_STUDY MATERIAL_
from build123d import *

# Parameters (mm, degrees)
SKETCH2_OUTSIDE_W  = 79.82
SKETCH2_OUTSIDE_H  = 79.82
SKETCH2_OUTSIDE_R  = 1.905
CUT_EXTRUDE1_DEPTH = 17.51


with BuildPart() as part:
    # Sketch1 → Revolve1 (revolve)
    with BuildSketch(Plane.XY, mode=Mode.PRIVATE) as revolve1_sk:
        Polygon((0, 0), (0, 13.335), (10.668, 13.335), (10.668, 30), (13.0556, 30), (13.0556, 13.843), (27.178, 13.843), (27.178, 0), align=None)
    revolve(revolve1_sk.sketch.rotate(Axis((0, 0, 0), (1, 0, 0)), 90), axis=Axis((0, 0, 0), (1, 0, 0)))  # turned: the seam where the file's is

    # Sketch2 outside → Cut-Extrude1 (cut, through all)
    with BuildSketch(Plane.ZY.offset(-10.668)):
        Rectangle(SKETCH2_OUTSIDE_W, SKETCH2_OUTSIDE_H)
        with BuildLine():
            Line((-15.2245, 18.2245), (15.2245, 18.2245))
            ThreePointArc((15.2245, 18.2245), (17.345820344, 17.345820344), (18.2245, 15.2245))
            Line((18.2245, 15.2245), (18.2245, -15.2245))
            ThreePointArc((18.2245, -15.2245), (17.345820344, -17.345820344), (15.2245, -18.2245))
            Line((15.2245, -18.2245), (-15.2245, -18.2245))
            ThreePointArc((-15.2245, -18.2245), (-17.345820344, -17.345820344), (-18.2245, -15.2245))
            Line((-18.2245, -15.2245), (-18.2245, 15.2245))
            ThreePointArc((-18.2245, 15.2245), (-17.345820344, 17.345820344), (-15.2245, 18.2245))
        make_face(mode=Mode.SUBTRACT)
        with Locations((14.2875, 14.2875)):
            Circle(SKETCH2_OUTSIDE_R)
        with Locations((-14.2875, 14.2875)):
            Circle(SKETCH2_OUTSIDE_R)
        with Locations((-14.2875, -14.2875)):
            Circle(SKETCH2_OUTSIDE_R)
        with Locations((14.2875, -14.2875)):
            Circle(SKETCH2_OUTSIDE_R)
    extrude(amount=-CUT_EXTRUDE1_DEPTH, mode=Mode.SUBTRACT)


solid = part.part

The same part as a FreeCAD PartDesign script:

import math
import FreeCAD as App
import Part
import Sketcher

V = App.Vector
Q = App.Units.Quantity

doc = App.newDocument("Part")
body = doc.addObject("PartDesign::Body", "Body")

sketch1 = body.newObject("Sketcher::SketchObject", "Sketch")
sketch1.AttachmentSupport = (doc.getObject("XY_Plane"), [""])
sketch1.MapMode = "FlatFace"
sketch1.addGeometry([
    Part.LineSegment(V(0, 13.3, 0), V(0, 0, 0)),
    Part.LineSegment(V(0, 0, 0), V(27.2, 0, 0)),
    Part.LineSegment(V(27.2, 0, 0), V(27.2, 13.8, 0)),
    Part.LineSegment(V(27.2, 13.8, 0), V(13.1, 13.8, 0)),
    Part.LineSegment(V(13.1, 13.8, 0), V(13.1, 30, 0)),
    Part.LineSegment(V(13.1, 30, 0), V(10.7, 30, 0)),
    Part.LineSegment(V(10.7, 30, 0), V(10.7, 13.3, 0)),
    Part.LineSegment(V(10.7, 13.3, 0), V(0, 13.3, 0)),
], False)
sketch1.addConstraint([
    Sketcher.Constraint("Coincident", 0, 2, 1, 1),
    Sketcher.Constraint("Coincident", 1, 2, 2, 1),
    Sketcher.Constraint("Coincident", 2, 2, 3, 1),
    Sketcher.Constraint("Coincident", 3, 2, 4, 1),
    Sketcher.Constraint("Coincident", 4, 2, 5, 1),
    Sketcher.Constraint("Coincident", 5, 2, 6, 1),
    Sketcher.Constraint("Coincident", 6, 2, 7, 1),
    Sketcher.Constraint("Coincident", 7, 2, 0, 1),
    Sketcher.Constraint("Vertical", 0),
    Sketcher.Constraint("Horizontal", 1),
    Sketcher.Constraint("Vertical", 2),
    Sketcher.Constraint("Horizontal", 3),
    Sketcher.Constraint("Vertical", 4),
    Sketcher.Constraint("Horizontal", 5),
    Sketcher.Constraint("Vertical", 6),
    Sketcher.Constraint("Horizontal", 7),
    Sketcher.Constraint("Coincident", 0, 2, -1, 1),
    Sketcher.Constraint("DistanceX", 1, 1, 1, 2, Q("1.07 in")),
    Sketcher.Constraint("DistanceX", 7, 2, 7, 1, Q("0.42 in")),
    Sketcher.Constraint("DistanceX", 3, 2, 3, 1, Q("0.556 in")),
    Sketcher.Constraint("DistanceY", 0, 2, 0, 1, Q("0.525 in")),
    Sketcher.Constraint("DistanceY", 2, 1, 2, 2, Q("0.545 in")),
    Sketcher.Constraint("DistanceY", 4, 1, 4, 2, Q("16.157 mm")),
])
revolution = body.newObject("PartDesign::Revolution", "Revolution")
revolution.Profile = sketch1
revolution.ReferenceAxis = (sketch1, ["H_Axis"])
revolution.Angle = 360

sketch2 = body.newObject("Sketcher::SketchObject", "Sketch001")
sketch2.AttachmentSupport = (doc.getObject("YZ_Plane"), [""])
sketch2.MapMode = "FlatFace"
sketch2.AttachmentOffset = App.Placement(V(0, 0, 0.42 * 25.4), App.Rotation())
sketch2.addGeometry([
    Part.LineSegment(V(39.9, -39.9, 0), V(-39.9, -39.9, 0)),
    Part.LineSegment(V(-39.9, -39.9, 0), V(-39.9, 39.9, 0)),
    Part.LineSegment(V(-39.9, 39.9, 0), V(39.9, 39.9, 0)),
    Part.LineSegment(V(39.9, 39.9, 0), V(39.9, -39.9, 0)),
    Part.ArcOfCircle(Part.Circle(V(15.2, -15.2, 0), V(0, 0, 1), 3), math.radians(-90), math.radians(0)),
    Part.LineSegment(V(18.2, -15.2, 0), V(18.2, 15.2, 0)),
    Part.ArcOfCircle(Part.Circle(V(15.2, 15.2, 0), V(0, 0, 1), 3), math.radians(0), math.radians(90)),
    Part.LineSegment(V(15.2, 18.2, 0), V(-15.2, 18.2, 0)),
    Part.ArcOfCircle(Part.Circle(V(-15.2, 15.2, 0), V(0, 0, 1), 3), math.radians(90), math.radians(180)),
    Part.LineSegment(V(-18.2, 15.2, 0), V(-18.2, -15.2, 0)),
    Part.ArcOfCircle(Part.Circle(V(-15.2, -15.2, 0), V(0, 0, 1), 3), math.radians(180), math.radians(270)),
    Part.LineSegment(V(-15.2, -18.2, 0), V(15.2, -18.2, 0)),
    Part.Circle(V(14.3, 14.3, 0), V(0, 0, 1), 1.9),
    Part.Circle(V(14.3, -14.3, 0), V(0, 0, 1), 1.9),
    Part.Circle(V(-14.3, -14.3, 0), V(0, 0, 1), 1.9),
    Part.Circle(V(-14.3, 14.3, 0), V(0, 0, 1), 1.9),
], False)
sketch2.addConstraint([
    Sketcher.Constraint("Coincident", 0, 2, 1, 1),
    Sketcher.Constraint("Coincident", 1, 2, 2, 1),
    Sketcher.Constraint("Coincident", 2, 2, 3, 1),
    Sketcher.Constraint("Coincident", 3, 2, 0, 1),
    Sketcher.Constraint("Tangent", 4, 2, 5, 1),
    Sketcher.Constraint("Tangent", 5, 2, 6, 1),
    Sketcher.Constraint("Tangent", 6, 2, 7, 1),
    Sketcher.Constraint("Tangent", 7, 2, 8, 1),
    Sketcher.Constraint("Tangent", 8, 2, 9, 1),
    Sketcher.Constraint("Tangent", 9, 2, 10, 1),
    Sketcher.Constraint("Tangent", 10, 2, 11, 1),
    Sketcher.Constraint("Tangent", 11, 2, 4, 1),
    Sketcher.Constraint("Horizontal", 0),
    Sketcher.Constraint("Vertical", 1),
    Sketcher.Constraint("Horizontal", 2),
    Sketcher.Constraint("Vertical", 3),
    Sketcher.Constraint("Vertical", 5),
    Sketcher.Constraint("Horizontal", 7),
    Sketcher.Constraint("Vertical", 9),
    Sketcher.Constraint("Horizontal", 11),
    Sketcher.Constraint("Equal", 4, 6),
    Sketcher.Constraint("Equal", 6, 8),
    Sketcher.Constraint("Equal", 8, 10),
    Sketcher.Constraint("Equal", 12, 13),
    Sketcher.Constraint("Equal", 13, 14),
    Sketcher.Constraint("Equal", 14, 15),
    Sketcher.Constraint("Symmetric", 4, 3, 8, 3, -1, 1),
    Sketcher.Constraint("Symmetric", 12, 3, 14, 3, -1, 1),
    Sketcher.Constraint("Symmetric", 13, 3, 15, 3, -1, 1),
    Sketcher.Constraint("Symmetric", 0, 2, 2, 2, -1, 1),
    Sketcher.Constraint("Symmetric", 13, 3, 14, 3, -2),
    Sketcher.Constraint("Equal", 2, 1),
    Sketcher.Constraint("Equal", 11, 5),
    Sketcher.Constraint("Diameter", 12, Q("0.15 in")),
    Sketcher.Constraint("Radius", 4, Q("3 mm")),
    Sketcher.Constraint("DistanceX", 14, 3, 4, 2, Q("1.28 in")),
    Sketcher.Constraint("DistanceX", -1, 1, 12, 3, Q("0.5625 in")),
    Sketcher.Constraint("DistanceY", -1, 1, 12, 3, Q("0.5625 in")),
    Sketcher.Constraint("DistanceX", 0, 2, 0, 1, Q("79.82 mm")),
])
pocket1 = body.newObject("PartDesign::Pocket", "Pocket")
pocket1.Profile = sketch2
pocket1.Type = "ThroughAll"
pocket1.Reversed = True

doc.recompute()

_WHAT YOU NEED TO DO_
The expected answer is every line in the data above that carries the string "with".

_TASK RESULT_
with BuildPart() as part:
    with BuildSketch(Plane.XY, mode=Mode.PRIVATE) as revolve1_sk:
    with BuildSketch(Plane.ZY.offset(-10.668)):
        with BuildLine():
        with Locations((14.2875, 14.2875)):
        with Locations((-14.2875, 14.2875)):
        with Locations((-14.2875, -14.2875)):
        with Locations((14.2875, -14.2875)):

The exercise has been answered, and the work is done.